Abstract

Background

In patients with acute ST-elevation myocardial infarction (STEMI), elevated concentrations of inflammatory markers are correlated with worse clinical outcome. The aim of this study was comprehensively to investigate the relationship of circulating markers of inflammation with myocardial and microvascular damage after STEMI.

Methods

In 111 consecutive STEMI patients, blood samples were obtained on admission and from day 1 to day 4 after primary percutaneous coronary intervention and analysed for high-sensitivity C-reactive protein (hs-CRP), white blood cell count and fibrinogen.
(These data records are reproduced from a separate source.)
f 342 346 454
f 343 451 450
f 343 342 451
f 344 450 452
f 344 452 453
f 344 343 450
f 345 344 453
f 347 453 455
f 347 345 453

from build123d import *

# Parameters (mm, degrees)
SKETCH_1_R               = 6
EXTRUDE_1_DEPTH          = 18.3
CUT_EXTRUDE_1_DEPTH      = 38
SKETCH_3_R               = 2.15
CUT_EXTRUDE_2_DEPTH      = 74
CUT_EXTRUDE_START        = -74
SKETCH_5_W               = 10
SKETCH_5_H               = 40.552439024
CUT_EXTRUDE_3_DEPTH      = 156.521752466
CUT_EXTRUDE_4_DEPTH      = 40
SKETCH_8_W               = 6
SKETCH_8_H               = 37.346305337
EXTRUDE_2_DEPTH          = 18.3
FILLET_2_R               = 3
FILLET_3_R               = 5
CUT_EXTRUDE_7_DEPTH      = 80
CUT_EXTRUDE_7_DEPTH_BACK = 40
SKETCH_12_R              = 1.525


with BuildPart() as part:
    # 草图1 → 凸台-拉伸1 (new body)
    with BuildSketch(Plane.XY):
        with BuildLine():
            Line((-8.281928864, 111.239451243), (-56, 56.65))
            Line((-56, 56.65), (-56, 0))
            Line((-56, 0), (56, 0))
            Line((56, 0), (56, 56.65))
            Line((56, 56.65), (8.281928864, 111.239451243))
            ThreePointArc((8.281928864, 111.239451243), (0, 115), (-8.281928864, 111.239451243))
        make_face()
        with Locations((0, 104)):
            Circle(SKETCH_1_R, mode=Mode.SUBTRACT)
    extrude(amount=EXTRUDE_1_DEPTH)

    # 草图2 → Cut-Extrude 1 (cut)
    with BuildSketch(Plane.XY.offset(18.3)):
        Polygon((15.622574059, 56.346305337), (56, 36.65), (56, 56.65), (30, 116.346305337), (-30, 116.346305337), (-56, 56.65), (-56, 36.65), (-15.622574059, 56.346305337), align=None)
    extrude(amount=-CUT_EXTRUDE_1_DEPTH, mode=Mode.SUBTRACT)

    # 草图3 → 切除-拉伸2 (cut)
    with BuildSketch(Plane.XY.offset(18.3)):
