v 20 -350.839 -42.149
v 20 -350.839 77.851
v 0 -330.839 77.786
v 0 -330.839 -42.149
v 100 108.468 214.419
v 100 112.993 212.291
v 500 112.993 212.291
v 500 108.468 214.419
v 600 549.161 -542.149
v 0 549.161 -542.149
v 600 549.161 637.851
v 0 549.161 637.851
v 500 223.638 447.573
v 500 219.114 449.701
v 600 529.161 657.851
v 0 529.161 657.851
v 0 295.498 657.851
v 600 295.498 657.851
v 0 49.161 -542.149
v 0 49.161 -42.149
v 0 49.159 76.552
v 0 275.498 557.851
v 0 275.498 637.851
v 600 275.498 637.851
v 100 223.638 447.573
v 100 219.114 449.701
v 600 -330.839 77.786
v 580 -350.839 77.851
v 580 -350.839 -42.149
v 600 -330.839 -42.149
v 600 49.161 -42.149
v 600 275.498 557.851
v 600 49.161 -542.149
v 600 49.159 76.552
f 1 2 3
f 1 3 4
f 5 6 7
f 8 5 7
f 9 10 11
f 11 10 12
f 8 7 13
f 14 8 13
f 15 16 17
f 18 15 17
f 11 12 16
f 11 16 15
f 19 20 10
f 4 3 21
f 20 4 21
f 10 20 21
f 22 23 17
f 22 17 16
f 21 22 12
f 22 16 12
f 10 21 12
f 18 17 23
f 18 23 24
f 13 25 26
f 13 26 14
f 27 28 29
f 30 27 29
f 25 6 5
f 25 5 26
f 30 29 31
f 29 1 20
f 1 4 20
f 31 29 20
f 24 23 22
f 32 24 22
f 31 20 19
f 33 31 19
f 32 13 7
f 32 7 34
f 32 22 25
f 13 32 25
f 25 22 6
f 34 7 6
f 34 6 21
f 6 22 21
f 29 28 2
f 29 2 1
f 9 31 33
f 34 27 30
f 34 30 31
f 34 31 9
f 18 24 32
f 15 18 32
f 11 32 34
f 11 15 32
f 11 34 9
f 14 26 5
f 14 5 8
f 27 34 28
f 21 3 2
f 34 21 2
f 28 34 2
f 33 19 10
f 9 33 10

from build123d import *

# Parameters (mm, degrees)
F1_DEPTH = 600
F2_W     = 400
F2_H     = 260
F3_DEPTH = 5
F4_SIZE  = 20


with BuildPart() as f1:
    # F0 (on Right) → F1 (new body)
    with BuildSketch(Plane.YZ):
        Polygon((549.161103, 657.850861), (275.498464, 657.850861), (275.498464, 557.850861), (49.158994, 76.551717), (-350.838897, 77.850861), (-350.838897, -42.149139), (49.161103, -42.149139), (49.161103, -542.149139), (549.161103, -542.149139), align=None)
    extrude(amount=F1_DEPTH)

    # F2 (on face) → F3 (join)
    with BuildSketch(Plane(origin=(0, 10.776047, -5.067628), x_dir=(1, 0, 0), z_dir=(0, -0.90493, 0.42556))):
        with Locations((300, 370.194057)):
            Rectangle(F2_W, F2_H)
    extrude(amount=F3_DEPTH)

    # F4
    f4_edges = [f1.edges().sort_by_distance(p)[0] for p in [
        (300, 275.498464, 657.850861),
        (300, 549.161103, 657.850861),
        (600, -350.838897, 17.850861),
        (0, -350.838897, 17.850861),
    ]]
    chamfer(f4_edges, length=F4_SIZE)


solid = f1.part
Cardiac magnetic resonance imaging was performed within the first week and 4 months after primary percutaneous coronary intervention.

Results

Peak concentrations of hs-CRP (20.5 (9.6–44.4) mg/L), white blood cell count (12.4 (10.5–15.3) G/L) and fibrinogen (3640 (3150–4550) mg/L) showed significant correlations with both infarct size (r=0.31 to 0.41; P<0.01) and left ventricular ejection fraction (r=−0.29 to −0.39; P<0.01) assessed in the acute as well as chronic stage following STEMI. Furthermore, peak concentrations of these inflammatory markers were significantly higher in patients with microvascular obstruction compared to patients without microvascular obstruction (P⩽0.01). C-statistics revealed that the prognostic values of all three biomarkers for the prediction of large chronic infarct size (>8% of left ventricular myocardial mass) were moderate without significant differences (area under the curve: hs-CRP 0.73 (95% confidence interval (CI) 0.63–0.82), white blood cell count 0.67 (95% CI 0.56–0.78) and fibrinogen 0.69 (95% CI 0.59–0.79); all P>0.12). Combination of inflammatory markers did not significantly increase the area under the curve (P>0.05).

Conclusion

In reperfused STEMI patients, increased levels of hs-CRP, white blood cell count and fibrinogen are associated with decreased left ventricular function and more pronounced myocardial damage at baseline and 4 months after infarction.